### RECORDS PROVIDED:
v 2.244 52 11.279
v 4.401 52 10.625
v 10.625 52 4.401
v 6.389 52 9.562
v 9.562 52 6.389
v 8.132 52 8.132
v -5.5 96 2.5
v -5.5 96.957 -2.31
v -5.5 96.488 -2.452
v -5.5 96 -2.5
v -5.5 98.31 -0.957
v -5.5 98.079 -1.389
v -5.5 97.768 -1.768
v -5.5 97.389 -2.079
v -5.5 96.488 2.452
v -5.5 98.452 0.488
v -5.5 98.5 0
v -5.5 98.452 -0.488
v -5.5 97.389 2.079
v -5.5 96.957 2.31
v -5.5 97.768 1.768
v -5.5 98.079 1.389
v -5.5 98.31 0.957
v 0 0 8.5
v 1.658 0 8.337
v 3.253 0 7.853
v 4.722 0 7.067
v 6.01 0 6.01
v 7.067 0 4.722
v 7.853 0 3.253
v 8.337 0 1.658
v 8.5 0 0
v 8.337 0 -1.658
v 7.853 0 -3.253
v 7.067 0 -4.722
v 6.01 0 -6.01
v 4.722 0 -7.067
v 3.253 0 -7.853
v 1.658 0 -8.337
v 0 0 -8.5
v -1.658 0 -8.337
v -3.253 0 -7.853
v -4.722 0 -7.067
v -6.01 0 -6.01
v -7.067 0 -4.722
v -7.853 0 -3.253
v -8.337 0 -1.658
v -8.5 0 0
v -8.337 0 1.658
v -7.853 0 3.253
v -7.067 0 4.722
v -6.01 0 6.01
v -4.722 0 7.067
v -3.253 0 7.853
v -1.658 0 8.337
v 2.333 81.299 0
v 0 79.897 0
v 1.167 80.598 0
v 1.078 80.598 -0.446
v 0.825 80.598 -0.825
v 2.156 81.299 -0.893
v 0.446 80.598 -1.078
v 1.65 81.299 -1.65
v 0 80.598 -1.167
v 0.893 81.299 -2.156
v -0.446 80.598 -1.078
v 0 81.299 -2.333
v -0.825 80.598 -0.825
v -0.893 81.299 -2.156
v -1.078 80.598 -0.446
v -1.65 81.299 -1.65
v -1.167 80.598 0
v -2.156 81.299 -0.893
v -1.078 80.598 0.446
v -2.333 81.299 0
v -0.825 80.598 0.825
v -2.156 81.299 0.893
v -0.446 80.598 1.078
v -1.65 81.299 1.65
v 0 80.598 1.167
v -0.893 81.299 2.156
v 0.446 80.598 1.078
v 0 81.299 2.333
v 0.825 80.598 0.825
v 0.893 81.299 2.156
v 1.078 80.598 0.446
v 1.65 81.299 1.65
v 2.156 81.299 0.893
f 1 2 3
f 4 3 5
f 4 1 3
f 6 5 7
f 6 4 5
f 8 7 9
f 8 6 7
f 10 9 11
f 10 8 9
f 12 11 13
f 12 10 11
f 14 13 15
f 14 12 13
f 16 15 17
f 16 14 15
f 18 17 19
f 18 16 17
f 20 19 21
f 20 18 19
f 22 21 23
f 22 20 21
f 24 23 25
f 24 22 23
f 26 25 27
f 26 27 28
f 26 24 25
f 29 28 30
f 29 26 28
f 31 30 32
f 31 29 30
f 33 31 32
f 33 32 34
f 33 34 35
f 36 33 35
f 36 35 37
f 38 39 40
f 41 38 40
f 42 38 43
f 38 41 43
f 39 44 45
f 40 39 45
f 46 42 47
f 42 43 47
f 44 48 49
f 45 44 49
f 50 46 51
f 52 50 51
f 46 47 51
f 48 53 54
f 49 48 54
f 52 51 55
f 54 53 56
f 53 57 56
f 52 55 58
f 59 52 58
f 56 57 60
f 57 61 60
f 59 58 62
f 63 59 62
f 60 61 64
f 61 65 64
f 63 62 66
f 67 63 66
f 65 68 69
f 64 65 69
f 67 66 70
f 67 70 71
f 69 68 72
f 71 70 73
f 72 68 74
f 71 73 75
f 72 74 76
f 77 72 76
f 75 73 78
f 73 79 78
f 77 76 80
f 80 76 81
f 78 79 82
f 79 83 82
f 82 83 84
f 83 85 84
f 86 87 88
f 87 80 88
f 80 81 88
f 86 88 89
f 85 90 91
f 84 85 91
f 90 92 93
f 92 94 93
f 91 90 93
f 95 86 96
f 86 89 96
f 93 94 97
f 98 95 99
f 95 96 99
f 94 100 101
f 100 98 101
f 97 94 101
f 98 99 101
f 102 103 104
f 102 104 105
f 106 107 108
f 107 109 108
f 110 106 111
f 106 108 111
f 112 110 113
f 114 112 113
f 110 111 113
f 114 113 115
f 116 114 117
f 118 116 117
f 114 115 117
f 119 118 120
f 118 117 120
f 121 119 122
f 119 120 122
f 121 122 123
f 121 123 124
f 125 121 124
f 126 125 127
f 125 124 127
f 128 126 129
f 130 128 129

---

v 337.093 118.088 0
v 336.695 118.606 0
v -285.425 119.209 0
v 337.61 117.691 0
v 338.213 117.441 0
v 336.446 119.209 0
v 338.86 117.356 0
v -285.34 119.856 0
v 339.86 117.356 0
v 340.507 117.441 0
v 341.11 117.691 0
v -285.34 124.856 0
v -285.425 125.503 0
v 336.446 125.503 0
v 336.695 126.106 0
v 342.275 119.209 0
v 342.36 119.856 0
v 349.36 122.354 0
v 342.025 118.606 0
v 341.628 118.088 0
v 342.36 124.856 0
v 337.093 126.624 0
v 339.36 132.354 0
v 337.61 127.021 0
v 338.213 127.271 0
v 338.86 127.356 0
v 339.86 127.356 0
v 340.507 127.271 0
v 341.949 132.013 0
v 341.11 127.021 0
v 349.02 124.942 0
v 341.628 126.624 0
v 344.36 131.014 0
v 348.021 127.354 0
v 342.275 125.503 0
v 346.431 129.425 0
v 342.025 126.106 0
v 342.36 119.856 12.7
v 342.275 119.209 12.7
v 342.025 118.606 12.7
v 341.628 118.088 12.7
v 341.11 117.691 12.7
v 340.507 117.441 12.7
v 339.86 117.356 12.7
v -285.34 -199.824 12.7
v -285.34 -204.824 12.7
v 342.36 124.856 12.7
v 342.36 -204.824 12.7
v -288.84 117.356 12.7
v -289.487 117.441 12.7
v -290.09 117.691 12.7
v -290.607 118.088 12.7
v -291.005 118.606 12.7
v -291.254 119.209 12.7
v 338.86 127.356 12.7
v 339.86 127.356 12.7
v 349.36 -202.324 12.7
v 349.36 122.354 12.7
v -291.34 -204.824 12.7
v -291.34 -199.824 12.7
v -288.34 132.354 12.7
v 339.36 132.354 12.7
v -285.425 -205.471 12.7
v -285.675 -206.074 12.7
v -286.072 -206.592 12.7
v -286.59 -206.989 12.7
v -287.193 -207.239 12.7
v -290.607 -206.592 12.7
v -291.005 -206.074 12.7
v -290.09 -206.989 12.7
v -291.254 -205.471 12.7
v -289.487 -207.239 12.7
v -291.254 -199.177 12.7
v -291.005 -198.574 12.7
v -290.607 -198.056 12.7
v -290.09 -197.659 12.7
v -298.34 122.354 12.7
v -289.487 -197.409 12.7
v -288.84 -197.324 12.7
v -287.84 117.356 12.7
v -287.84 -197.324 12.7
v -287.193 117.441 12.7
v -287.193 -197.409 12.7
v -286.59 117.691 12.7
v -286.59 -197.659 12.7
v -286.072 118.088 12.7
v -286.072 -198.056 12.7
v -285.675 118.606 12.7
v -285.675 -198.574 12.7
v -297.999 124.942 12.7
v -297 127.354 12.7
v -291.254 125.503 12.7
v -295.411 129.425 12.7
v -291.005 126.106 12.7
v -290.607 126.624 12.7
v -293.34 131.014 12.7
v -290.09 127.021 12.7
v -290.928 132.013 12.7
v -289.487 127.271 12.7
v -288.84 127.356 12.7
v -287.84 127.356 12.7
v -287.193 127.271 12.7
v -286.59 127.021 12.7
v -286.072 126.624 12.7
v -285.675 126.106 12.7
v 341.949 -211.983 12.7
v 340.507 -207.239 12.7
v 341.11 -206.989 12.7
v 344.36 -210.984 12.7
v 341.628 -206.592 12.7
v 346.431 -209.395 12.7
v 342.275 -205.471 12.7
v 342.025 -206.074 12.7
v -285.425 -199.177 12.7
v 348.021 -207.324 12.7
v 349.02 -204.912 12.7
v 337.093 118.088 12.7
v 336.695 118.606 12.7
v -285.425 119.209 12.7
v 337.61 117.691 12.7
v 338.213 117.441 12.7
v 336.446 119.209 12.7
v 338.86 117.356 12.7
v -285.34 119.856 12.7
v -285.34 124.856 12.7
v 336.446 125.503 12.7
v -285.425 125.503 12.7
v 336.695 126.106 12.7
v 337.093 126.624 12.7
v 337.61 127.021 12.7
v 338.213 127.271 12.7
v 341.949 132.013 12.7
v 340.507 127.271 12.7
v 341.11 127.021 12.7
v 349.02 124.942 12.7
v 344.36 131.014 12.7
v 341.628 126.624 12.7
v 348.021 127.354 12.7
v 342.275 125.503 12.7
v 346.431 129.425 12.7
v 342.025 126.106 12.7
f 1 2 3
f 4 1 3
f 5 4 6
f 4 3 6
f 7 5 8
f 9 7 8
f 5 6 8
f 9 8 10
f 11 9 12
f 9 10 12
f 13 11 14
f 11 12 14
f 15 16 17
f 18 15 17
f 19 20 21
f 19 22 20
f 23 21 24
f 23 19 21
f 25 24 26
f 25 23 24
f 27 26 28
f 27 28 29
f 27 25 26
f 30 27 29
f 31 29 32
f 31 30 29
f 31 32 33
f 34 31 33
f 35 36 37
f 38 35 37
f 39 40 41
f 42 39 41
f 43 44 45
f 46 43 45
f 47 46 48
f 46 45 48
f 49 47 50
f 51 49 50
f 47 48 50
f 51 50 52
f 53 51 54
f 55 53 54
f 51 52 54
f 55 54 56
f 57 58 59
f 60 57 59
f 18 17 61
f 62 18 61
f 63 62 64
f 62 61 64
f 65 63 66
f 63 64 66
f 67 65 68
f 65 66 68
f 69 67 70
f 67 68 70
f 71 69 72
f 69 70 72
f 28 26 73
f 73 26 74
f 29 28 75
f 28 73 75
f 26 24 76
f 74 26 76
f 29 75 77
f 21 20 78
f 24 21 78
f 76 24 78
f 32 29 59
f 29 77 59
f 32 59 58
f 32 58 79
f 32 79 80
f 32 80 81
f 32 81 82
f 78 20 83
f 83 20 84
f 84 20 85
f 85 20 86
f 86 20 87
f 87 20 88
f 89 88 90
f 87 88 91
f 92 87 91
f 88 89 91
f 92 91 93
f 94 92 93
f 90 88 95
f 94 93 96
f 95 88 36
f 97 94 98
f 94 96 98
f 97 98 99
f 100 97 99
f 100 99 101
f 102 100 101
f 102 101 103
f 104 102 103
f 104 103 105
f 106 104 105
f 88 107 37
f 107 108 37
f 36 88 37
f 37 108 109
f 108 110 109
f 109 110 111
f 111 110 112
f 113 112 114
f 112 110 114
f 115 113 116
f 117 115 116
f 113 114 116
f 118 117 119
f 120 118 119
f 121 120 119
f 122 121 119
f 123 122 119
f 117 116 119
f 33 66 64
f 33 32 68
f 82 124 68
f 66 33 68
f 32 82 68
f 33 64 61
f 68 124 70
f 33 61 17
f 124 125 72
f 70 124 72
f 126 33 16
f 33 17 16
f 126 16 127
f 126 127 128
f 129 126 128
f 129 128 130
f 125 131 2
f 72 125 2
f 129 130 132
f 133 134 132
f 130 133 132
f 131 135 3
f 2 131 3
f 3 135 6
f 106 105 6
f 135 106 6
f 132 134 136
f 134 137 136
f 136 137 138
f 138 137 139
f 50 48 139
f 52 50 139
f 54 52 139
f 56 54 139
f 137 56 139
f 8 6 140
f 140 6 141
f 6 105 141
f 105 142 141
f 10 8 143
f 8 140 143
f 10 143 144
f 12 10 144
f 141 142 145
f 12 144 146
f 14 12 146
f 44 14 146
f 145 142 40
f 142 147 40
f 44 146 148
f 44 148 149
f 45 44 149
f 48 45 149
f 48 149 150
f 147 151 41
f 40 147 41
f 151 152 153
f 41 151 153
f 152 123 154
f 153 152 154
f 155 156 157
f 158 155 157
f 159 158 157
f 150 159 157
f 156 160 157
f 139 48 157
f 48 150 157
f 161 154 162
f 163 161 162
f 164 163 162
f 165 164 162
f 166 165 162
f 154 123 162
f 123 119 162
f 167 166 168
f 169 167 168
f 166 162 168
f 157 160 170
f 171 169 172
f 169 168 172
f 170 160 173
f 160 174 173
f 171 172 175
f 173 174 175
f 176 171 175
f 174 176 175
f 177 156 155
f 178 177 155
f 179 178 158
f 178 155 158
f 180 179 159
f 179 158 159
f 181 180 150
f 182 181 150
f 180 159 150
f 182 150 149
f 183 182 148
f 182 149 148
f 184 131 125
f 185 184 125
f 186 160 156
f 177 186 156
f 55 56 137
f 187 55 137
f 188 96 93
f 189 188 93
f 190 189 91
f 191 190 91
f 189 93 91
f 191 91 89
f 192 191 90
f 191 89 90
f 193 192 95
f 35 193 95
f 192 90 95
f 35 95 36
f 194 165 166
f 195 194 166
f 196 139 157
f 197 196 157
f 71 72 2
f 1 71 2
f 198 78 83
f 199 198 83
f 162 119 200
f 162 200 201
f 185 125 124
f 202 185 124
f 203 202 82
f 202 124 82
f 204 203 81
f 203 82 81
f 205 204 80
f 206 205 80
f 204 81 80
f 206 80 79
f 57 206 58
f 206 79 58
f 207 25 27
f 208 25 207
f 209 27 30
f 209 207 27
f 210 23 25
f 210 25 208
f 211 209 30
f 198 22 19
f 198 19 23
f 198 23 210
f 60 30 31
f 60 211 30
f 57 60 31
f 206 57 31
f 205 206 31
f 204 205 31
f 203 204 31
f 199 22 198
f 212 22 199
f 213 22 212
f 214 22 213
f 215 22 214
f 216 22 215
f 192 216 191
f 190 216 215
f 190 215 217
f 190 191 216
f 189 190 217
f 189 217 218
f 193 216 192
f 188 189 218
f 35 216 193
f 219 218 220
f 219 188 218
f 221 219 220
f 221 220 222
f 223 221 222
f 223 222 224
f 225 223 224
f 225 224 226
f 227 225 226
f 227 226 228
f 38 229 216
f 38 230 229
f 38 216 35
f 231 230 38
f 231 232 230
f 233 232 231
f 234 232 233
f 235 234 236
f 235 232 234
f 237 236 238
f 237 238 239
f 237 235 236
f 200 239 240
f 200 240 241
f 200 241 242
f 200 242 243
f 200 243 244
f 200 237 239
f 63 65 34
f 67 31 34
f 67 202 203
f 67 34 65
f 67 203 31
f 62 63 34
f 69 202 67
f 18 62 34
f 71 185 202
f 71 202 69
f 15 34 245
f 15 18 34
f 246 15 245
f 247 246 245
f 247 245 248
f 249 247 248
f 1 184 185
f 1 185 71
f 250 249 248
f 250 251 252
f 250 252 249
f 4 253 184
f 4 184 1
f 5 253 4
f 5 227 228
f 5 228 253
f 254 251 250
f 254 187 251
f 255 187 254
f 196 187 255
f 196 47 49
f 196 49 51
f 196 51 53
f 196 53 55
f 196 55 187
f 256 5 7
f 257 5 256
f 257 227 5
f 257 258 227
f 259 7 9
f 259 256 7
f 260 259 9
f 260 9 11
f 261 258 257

### EXERCISE REQUIREMENTS:
Out of the listing above, reproduce exactly the lines from the one with "v 2.244 52 11.279" up to and including the one with "v 1.65 81.299 -1.65".

### ANSWER TO THIS EXERCISE:
v 2.244 52 11.279
v 4.401 52 10.625
v 10.625 52 4.401
v 6.389 52 9.562
v 9.562 52 6.389
v 8.132 52 8.132
v -5.5 96 2.5
v -5.5 96.957 -2.31
v -5.5 96.488 -2.452
v -5.5 96 -2.5
v -5.5 98.31 -0.957
v -5.5 98.079 -1.389
v -5.5 97.768 -1.768
v -5.5 97.389 -2.079
v -5.5 96.488 2.452
v -5.5 98.452 0.488
v -5.5 98.5 0
v -5.5 98.452 -0.488
v -5.5 97.389 2.079
v -5.5 96.957 2.31
v -5.5 97.768 1.768
v -5.5 98.079 1.389
v -5.5 98.31 0.957
v 0 0 8.5
v 1.658 0 8.337
v 3.253 0 7.853
v 4.722 0 7.067
v 6.01 0 6.01
v 7.067 0 4.722
v 7.853 0 3.253
v 8.337 0 1.658
v 8.5 0 0
v 8.337 0 -1.658
v 7.853 0 -3.253
v 7.067 0 -4.722
v 6.01 0 -6.01
v 4.722 0 -7.067
v 3.253 0 -7.853
v 1.658 0 -8.337
v 0 0 -8.5
v -1.658 0 -8.337
v -3.253 0 -7.853
v -4.722 0 -7.067
v -6.01 0 -6.01
v -7.067 0 -4.722
v -7.853 0 -3.253
v -8.337 0 -1.658
v -8.5 0 0
v -8.337 0 1.658
v -7.853 0 3.253
v -7.067 0 4.722
v -6.01 0 6.01
v -4.722 0 7.067
v -3.253 0 7.853
v -1.658 0 8.337
v 2.333 81.299 0
v 0 79.897 0
v 1.167 80.598 0
v 1.078 80.598 -0.446
v 0.825 80.598 -0.825
v 2.156 81.299 -0.893
v 0.446 80.598 -1.078
v 1.65 81.299 -1.65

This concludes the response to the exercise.